Wednesday, May 25, 2005

Faultline, by Janet Tashjian

Having enjoyed Multiple Choice, I looked up other tashjian books and found this one about dating violence. It's hard to read the book without comparing it to Sarah Dessen's Dreamland (one of my all-time favorite books).

Becky Martin is a high school senior in San Francisco, working on a budding career in stand up comedy, when she meets Kip, a very talented young comic with issues. Before she knows it, she's swept away into a torrid relationship with him that becomes emotionally abusive and eventually physically abusive as well. But Becky is no passive victim and she has the strength to break off the relationship as it goes bad, until she finds out that she isn't as strong as she thought she was.
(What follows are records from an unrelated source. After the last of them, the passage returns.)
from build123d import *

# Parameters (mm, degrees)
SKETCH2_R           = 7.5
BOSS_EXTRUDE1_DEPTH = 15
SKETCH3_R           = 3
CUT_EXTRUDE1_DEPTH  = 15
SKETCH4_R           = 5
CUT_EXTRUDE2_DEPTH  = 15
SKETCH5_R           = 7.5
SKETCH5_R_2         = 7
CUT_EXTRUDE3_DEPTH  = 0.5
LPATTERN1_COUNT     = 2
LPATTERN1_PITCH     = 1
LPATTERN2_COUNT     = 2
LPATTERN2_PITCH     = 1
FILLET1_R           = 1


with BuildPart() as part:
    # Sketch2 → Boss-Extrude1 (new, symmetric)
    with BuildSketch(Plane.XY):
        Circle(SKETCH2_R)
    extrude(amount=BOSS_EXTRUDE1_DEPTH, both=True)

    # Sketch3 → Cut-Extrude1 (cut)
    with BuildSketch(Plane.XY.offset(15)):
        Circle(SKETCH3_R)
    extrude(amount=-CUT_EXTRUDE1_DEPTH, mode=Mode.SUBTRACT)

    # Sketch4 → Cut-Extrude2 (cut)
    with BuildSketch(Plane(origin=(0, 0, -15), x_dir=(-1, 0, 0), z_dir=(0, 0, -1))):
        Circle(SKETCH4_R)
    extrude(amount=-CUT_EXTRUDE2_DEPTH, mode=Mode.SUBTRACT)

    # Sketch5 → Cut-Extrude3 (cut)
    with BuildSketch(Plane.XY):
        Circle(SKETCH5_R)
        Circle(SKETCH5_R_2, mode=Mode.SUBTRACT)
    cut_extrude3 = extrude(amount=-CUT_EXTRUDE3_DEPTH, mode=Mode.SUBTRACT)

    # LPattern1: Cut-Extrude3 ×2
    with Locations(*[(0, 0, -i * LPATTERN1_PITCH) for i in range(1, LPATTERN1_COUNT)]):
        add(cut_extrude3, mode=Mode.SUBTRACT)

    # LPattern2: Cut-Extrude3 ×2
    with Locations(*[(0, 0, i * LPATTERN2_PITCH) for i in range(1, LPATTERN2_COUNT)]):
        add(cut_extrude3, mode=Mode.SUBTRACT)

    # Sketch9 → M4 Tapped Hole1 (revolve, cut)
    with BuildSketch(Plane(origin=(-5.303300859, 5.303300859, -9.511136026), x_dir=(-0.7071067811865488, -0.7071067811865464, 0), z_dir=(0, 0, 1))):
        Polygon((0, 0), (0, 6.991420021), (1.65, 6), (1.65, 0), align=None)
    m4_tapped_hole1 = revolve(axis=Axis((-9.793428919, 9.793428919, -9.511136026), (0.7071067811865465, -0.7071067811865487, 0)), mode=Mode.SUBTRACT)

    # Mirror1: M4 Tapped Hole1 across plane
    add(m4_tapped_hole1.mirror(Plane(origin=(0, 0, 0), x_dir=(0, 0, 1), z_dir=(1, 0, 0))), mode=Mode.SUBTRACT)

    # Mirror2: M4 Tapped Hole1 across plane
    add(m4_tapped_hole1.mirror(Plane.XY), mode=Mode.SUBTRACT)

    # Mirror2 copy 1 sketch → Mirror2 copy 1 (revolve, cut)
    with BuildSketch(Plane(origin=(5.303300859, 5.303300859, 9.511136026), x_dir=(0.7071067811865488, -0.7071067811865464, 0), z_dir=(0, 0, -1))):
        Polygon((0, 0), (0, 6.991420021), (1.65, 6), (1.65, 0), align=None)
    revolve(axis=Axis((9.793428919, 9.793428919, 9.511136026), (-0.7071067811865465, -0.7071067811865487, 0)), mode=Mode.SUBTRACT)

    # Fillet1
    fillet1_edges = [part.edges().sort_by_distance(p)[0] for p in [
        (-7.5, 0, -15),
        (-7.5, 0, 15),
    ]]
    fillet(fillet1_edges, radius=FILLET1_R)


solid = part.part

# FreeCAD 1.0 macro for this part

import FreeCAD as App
import Part
import Sketcher
from FreeCAD import Vector
Q = App.Units.Quantity


def edges_at(feature, points):
    """Names of the edges that pass closest to the given points."""
    edges = feature.Shape.Edges
    near = lambda p: min(range(len(edges)), key=lambda i: edges[i].distToShape(Part.Vertex(*p))[0])
    return sorted({f"Edge{near(p) + 1}" for p in points})


def add_polygon(sketch, points):
    """Adds a closed chain of lines whose ends are joined by coincident constraints."""
    first, n = sketch.GeometryCount, len(points)
    for a, b in zip(points, points[1:] + points[:1]):
        sketch.addGeometry(Part.LineSegment(App.Vector(*a, 0), App.Vector(*b, 0)), False)
    for i in range(n):
        sketch.addConstraint(Sketcher.Constraint("Coincident", first + i, 2, first + (i + 1) % n, 1))

doc = App.newDocument("Part")
body = doc.addObject("PartDesign::Body", "Body")

sketch1 = body.newObject("Sketcher::SketchObject", "Sketch")
sketch1.AttachmentSupport = (doc.getObject("XY_Plane"), [""])
sketch1.MapMode = "FlatFace"
sketch1.addGeometry(Part.Circle(Vector(0, 0, 0), Vector(0, 0, 1), 8), False)
sketch1.addConstraint(Sketcher.Constraint("Coincident", 0, 3, -1, 1))
sketch1.addConstraint(Sketcher.Constraint("Diameter", 0, 15.0))
pad1 = body.newObject("PartDesign::Pad", "Pad")
pad1.Profile = sketch1
pad1.Length = 30
pad1.Midplane = True

sketch2 = body.newObject("Sketcher::SketchObject", "Sketch001")
sketch2.AttachmentSupport = (doc.getObject("XY_Plane"), [""])
sketch2.MapMode = "FlatFace"
sketch2.AttachmentOffset = App.Placement(Vector(0, 0, 15), App.Rotation())
sketch2.addGeometry(Part.Circle(Vector(0, 0, 0), Vector(0, 0, 1), 3), False)
sketch2.addConstraint(Sketcher.Constraint("Coincident", 0, 3, -1, 1))
sketch2.addConstraint(Sketcher.Constraint("Diameter", 0, 6.0))
pocket1 = body.newObject("PartDesign::Pocket", "Pocket")
pocket1.Profile = sketch2
pocket1.Length = 15

sketch3 = body.newObject("Sketcher::SketchObject", "Sketch002")
sketch3.AttachmentSupport = (doc.getObject("XY_Plane"), [""])
sketch3.MapMode = "FlatFace"
sketch3.AttachmentOffset = App.Placement(Vector(0, 0, -15), App.Rotation())
sketch3.addGeometry(Part.Circle(Vector(0, 0, 0), Vector(0, 0, 1), 5), False)
sketch3.addConstraint(Sketcher.Constraint("Coincident", 0, 3, -1, 1))
sketch3.addConstraint(Sketcher.Constraint("Diameter", 0, 10.0))
pocket2 = body.newObject("PartDesign::Pocket", "Pocket001")
pocket2.Profile = sketch3
pocket2.Length = 15
pocket2.Reversed = True

sketch4 = body.newObject("Sketcher::SketchObject", "Sketch003")
sketch4.AttachmentSupport = (doc.getObject("XY_Plane"), [""])
sketch4.MapMode = "FlatFace"
sketch4.addGeometry(Part.Circle(Vector(0, 0, 0), Vector(0, 0, 1), 8), False)
sketch4.addGeometry(Part.Circle(Vector(0, 0, 0), Vector(0, 0, 1), 7), False)
sketch4.addConstraint(Sketcher.Constraint("Coincident", 0, 3, -1, 1))
sketch4.addConstraint(Sketcher.Constraint("Coincident", 1, 3, -1, 1))
sketch4.addConstraint(Sketcher.Constraint("Diameter", 0, 15.0))
sketch4.addConstraint(Sketcher.Constraint("Diameter", 1, 14.0))
pocket3 = body.newObject("PartDesign::Pocket", "Pocket002")
pocket3.Profile = sketch4
pocket3.Length = 0.5
doc.recompute()

linearpattern = body.newObject("PartDesign::LinearPattern", "LinearPattern")
linearpattern.Originals = [pocket3]
linearpattern.Direction = (doc.getObject("Z_Axis"), [""])
linearpattern.Mode = "offset"
linearpattern.Offset = 1
linearpattern.Occurrences = 2
linearpattern.Reversed = True
body.Tip = linearpattern
doc.recompute()

linearpattern2 = body.newObject("PartDesign::LinearPattern", "LinearPattern001")
linearpattern2.Originals = [pocket3]
linearpattern2.Direction = (doc.getObject("Z_Axis"), [""])
linearpattern2.Mode = "offset"
linearpattern2.Offset = 1
linearpattern2.Occurrences = 2
body.Tip = linearpattern2

sketch5 = body.newObject("Sketcher::SketchObject", "Sketch004")
sketch5.AttachmentSupport = (doc.getObject("XY_Plane"), [""])
sketch5.MapMode = "FlatFace"
sketch5.AttachmentOffset = App.Placement(Vector(0, 0, -9.511136), App.Rotation())
add_polygon(sketch5, [(-0.4, 0.4), (-5.3, 5.3), (-6.5, 4.1), (-2.2, -0.1)])
sketch5.addGeometry(Part.LineSegment(Vector(-5.3, 5.3, 0), Vector(-0.4, 0.4, 0)), True)
sketch5.addConstraint(Sketcher.Constraint("Coincident", 4, 1, 0, 2))
sketch5.addConstraint(Sketcher.Constraint("Coincident", 4, 2, 3, 2))
sketch5.addConstraint(Sketcher.Constraint("Perpendicular", 0, 1))
sketch5.addConstraint(Sketcher.Constraint("Perpendicular", 1, 2))
sketch5.addConstraint(Sketcher.Constraint("Angle", 0, Q("135 deg")))
sketch5.addConstraint(Sketcher.Constraint("Angle", 3, Q("14 deg")))
sketch5.addConstraint(Sketcher.Constraint("Distance", 2, 6.0))
sketch5.addConstraint(Sketcher.Constraint("Distance", 1, 1.65))
sketch5.addConstraint(Sketcher.Constraint("DistanceX", 0, 2, -1, 1, 5.303301))
sketch5.addConstraint(Sketcher.Constraint("DistanceY", -1, 1, 0, 2, 5.303301))
groove = body.newObject("PartDesign::Groove", "Groove")
groove.Profile = sketch5
groove.ReferenceAxis = (sketch5, ["Axis0"])
groove.Angle = 360
doc.recompute()

mirrored = body.newObject("PartDesign::Mirrored", "Mirrored")
mirrored.Originals = [groove]
mirrored.MirrorPlane = (doc.getObject("YZ_Plane"), [""])
body.Tip = mirrored
doc.recompute()

mirrored2 = body.newObject("PartDesign::Mirrored", "Mirrored001")
mirrored2.Originals = [groove]
mirrored2.MirrorPlane = (doc.getObject("XY_Plane"), [""])
body.Tip = mirrored2

sketch6 = body.newObject("Sketcher::SketchObject", "Sketch005")
sketch6.AttachmentSupport = (doc.getObject("XY_Plane"), [""])
sketch6.MapMode = "FlatFace"
sketch6.AttachmentOffset = App.Placement(Vector(0, 0, 9.511136), App.Rotation())
add_polygon(sketch6, [(0.4, 0.4), (5.3, 5.3), (6.5, 4.1), (2.2, -0.1)])
sketch6.addGeometry(Part.LineSegment(Vector(5.3, 5.3, 0), Vector(0.4, 0.4, 0)), True)
sketch6.addConstraint(Sketcher.Constraint("Coincident", 4, 1, 0, 2))
sketch6.addConstraint(Sketcher.Constraint("Coincident", 4, 2, 3, 2))
sketch6.addConstraint(Sketcher.Constraint("Perpendicular", 0, 1))
sketch6.addConstraint(Sketcher.Constraint("Perpendicular", 1, 2))
sketch6.addConstraint(Sketcher.Constraint("Angle", 0, Q("45 deg")))
sketch6.addConstraint(Sketcher.Constraint("Angle", 3, Q("166 deg")))
sketch6.addConstraint(Sketcher.Constraint("Distance", 2, 6.0))
sketch6.addConstraint(Sketcher.Constraint("Distance", 1, 1.65))
sketch6.addConstraint(Sketcher.Constraint("DistanceX", -1, 1, 0, 2, 5.303301))
sketch6.addConstraint(Sketcher.Constraint("DistanceY", -1, 1, 0, 2, 5.303301))
groove2 = body.newObject("PartDesign::Groove", "Groove001")
groove2.Profile = sketch6
groove2.ReferenceAxis = (sketch6, ["Axis0"])
groove2.Angle = 360
doc.recompute()

fillet = body.newObject("PartDesign::Fillet", "Fillet")
fillet.Base = (groove2, edges_at(groove2, [(-7.5, 0, -15), (-7.5, 0, 15)]))
fillet.Radius = 1

doc.recompute()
The story is a powerful one of course, but I wish that Tashjian had kept the focus more on Becky's feelings and emotional state (which is basically how Dessen treated the story) and less time on the side story of Becky's comedy career (which is more of a Joan Bauer-esque way of handling the story). There is too much going on in this thin book (transvestite nanny, comedy practice, being a tour guide) and it keeps distracting the reader from the meat of the story itself.

Tashjian does make the powerful decision to include Kip's personal musings at various points through the story. As she relates in the afterward, she does this to avoid demonizing the boy. This adds a degree of subtlety to the book that other abusive-boyfriend stories have lacked.

A mixed review then. Excellent potential, strong writing, but needed a tighter focus.